# PROVIDED RECORDS:
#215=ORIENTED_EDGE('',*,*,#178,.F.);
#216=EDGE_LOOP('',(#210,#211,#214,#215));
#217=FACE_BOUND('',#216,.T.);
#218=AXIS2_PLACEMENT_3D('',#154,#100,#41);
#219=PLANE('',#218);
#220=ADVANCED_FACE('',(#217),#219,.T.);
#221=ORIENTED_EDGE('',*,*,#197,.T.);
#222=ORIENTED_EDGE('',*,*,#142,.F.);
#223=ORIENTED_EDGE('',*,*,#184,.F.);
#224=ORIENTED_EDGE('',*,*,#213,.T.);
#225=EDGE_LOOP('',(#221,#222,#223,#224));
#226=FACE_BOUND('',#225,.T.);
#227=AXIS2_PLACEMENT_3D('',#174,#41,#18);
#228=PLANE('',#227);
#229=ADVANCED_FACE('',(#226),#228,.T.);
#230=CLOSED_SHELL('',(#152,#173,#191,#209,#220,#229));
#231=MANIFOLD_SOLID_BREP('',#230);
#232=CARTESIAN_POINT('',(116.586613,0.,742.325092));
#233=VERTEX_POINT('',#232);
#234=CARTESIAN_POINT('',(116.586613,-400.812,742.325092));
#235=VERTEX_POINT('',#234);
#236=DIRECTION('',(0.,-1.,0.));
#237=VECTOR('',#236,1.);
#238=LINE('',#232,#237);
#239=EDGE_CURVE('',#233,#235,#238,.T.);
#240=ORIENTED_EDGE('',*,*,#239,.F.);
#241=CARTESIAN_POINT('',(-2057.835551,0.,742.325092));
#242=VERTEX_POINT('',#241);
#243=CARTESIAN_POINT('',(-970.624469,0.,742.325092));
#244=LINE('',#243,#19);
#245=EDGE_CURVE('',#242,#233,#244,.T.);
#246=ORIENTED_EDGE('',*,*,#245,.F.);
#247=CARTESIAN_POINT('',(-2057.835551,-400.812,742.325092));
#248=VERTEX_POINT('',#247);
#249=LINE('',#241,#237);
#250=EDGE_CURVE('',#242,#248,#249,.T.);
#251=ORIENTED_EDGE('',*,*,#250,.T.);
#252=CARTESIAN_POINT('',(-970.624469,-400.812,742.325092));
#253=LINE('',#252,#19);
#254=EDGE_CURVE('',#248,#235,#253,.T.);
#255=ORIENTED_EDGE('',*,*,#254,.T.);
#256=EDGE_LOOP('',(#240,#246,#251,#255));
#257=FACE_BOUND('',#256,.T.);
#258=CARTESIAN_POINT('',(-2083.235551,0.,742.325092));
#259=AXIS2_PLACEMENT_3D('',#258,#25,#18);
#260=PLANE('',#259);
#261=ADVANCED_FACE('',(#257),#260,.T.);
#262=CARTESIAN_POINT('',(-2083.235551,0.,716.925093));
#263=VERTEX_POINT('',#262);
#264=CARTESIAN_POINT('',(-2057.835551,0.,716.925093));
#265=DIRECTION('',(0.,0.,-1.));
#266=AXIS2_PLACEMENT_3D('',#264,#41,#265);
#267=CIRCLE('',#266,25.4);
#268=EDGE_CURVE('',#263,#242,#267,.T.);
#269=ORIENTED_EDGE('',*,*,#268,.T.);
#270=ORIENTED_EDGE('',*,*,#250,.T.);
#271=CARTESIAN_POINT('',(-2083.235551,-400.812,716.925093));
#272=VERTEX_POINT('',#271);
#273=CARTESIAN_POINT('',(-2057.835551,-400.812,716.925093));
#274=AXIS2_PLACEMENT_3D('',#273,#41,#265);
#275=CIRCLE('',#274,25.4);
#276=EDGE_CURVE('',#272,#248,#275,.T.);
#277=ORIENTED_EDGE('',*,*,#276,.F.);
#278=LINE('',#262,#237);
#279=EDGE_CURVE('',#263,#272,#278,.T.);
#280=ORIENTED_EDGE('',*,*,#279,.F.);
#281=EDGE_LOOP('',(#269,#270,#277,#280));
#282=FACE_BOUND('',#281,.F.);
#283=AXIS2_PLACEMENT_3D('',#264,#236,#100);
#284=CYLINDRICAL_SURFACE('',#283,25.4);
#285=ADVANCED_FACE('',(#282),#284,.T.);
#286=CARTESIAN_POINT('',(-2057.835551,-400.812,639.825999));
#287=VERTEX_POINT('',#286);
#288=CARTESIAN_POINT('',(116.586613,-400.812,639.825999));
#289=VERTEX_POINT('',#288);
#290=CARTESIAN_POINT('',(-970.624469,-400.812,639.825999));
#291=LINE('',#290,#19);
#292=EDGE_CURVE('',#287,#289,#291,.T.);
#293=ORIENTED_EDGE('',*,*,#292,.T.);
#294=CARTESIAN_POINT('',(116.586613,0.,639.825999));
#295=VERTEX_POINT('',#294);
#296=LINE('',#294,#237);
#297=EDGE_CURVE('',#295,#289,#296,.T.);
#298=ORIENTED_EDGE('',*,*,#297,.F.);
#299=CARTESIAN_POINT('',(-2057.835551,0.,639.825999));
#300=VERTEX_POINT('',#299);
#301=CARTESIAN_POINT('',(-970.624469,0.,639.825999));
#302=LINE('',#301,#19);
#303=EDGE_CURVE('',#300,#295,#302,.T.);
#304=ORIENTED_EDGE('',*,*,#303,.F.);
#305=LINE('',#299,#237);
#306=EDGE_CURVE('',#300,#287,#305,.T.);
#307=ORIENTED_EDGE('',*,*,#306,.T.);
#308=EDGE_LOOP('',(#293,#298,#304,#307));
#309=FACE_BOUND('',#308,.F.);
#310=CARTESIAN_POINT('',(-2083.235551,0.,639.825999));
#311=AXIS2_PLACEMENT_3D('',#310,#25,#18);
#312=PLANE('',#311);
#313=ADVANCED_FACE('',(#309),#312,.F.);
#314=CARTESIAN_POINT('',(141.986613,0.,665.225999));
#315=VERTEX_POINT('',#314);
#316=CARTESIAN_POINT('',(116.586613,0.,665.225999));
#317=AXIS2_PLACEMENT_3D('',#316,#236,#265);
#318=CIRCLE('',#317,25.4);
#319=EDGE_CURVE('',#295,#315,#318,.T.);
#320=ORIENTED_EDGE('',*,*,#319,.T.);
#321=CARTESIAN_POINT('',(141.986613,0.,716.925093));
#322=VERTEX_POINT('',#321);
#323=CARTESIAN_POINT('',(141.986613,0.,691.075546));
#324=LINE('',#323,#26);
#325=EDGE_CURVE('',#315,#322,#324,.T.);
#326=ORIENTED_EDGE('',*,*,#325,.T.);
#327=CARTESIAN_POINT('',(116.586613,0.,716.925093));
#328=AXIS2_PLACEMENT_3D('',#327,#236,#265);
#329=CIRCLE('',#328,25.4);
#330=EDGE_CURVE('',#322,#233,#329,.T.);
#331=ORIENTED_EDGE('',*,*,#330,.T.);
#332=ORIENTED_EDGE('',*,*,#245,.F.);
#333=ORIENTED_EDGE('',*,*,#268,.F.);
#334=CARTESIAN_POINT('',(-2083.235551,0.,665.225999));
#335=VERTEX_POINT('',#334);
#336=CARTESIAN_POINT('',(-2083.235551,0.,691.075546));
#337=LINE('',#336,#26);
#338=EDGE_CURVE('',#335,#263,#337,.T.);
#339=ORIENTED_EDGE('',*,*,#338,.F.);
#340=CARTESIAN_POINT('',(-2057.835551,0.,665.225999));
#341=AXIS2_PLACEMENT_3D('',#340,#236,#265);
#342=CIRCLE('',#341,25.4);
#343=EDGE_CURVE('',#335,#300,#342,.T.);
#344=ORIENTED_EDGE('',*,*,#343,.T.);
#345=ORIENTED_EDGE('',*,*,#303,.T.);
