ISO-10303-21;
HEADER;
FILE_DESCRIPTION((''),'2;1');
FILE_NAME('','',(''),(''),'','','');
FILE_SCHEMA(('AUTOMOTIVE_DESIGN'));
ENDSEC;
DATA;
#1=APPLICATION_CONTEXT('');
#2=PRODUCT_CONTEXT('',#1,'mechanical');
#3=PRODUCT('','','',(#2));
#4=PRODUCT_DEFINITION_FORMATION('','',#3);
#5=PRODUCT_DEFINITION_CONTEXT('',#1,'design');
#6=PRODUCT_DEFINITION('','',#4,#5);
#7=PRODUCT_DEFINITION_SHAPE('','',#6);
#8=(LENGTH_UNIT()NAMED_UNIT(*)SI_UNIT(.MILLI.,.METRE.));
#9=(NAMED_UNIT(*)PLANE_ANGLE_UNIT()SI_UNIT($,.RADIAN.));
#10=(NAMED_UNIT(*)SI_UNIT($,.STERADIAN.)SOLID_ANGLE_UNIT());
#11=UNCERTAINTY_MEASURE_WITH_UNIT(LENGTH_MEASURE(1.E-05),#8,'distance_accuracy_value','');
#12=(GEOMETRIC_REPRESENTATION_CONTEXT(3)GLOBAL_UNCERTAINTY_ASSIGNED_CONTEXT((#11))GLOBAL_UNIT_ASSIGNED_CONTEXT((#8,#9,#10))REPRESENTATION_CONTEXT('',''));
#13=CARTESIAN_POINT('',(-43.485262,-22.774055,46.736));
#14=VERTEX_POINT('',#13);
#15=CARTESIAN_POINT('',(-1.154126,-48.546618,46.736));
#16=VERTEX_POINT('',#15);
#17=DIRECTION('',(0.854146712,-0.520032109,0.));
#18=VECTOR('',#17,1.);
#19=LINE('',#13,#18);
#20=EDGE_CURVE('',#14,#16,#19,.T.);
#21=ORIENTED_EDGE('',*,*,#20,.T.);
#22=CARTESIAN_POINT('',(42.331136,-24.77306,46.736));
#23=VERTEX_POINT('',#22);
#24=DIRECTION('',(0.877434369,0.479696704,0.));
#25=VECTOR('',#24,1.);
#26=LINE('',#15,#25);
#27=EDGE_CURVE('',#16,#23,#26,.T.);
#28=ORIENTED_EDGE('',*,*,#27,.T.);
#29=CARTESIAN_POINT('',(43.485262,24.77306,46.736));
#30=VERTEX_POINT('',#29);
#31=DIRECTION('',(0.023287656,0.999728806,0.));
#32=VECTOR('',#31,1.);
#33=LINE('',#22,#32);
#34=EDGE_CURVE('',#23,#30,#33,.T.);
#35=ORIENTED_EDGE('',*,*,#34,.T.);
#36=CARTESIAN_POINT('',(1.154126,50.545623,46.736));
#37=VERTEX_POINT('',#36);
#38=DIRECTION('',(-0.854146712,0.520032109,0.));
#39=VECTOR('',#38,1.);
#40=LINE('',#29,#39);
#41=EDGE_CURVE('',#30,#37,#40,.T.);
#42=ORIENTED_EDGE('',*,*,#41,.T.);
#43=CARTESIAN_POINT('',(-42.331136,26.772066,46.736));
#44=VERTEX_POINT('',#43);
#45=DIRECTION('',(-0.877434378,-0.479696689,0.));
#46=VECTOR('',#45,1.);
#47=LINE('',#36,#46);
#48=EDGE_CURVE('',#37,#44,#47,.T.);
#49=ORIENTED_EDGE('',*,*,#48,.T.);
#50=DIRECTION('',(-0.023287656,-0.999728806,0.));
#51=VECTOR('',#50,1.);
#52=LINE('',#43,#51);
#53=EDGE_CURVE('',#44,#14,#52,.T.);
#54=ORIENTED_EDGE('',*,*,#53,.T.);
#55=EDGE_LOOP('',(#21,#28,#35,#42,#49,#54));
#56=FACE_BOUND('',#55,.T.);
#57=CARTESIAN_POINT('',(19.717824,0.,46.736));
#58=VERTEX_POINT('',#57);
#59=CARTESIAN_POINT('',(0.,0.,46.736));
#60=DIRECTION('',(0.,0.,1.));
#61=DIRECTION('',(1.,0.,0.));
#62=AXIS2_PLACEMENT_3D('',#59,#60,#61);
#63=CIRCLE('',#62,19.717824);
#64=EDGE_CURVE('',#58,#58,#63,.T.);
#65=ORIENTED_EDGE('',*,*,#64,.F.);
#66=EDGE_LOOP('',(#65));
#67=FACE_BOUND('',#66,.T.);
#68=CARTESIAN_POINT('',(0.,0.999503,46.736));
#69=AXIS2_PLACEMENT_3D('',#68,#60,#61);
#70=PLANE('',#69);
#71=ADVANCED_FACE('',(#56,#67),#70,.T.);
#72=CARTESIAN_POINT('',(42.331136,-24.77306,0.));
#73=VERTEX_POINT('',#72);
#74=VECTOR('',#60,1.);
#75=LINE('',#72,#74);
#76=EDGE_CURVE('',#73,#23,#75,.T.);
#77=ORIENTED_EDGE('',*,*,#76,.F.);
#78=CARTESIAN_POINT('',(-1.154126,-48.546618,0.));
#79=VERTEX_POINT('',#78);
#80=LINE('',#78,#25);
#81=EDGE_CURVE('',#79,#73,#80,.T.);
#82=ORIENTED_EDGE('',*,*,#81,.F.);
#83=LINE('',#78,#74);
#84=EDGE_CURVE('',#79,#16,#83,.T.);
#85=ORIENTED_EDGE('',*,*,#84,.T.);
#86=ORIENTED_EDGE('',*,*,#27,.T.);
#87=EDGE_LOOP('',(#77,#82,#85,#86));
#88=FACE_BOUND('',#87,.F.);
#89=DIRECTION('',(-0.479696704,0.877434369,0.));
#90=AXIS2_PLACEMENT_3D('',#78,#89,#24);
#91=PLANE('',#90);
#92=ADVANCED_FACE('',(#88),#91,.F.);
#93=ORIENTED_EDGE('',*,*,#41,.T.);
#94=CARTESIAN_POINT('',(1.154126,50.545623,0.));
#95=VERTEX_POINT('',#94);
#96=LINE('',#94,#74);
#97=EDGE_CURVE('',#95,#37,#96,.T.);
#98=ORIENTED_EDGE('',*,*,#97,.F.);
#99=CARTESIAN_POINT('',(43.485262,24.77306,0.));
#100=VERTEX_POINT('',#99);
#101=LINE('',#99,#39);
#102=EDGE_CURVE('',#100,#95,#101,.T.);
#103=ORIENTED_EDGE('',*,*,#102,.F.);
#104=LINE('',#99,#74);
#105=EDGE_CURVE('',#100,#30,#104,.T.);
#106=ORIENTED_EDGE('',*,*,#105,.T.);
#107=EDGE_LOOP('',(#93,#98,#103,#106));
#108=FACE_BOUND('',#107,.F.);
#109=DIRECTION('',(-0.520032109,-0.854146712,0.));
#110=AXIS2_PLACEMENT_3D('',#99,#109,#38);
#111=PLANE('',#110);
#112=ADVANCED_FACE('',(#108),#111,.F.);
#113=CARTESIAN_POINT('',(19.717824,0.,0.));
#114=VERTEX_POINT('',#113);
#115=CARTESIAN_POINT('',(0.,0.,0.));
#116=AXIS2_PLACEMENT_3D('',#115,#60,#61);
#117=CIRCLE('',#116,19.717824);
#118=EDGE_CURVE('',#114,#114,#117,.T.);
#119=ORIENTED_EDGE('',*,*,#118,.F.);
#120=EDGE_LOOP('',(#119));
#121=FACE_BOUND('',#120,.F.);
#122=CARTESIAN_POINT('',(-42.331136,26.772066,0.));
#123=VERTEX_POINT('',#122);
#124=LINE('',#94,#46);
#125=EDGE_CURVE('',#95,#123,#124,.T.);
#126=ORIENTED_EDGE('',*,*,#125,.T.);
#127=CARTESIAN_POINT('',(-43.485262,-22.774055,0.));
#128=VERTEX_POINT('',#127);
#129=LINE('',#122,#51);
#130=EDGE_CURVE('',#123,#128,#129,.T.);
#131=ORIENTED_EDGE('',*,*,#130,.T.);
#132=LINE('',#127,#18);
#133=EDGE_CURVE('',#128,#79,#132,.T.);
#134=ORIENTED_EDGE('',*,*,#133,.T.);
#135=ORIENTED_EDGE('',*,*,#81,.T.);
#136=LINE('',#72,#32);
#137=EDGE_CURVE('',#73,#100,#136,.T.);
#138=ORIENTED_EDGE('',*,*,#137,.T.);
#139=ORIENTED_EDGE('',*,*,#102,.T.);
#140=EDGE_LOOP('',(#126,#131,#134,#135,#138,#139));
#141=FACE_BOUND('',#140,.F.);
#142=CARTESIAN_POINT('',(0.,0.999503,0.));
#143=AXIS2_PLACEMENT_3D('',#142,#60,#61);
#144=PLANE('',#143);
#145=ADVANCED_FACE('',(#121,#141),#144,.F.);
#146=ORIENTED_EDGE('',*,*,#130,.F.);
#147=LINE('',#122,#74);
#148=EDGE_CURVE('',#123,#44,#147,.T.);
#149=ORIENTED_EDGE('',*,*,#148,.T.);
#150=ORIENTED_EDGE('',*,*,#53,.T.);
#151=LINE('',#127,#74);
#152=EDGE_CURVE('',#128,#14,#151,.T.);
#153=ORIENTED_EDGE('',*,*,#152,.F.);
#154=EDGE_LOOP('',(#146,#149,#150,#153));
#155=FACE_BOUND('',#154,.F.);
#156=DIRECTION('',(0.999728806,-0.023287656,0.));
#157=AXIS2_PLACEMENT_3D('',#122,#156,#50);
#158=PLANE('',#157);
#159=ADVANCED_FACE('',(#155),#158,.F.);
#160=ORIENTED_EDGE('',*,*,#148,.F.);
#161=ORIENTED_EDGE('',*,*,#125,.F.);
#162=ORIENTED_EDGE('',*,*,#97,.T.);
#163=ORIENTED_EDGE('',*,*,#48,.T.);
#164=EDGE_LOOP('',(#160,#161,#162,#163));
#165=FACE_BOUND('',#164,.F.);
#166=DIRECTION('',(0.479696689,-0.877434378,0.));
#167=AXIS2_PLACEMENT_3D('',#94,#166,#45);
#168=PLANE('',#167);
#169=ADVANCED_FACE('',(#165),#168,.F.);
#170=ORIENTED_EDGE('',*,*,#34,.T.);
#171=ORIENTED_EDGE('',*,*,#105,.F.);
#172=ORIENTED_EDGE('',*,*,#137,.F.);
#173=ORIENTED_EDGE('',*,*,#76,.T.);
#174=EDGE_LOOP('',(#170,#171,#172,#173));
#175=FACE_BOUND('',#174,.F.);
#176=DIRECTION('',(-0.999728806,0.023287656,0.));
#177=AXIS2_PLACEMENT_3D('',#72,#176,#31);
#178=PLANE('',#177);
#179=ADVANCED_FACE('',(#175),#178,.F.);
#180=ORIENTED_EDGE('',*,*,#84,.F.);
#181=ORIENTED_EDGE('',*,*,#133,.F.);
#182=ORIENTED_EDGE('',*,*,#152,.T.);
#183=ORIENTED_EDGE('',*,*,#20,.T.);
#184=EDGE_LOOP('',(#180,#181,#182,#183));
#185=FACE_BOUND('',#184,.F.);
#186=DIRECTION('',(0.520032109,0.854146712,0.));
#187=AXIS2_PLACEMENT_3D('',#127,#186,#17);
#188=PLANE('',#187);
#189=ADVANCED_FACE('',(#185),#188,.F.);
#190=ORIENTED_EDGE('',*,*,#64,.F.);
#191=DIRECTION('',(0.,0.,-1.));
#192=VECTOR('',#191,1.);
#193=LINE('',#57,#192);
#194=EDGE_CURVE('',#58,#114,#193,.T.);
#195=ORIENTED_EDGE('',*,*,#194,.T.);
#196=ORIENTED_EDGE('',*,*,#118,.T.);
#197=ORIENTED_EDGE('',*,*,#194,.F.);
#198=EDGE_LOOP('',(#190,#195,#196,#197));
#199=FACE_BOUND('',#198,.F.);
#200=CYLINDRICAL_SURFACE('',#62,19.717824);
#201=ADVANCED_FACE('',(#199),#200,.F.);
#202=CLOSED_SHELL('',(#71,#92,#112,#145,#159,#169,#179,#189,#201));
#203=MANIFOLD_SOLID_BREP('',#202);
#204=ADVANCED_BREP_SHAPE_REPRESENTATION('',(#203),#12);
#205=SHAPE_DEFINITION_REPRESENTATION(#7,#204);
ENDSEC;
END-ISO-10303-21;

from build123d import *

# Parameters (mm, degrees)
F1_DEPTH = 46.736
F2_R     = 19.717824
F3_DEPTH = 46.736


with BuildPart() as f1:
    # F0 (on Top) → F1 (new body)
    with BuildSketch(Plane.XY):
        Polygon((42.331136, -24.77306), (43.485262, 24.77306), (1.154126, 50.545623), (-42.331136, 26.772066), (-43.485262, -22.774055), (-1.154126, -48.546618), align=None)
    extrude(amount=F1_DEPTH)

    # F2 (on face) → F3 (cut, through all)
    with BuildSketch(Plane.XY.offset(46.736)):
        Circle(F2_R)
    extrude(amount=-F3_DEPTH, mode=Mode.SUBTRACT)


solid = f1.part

# DESCRIPTION OF THE TASK:
Each line above from the one with "#169=ADVANCED_FACE('',(#165),#168,.F.);" up to and including the one with "#175=FACE_BOUND('',#174,.F.);" must be set down exactly, and no line outside that span may appear.

# RESPONSE TO THE TASK:
#169=ADVANCED_FACE('',(#165),#168,.F.);
#170=ORIENTED_EDGE('',*,*,#34,.T.);
#171=ORIENTED_EDGE('',*,*,#105,.F.);
#172=ORIENTED_EDGE('',*,*,#137,.F.);
#173=ORIENTED_EDGE('',*,*,#76,.T.);
#174=EDGE_LOOP('',(#170,#171,#172,#173));
#175=FACE_BOUND('',#174,.F.);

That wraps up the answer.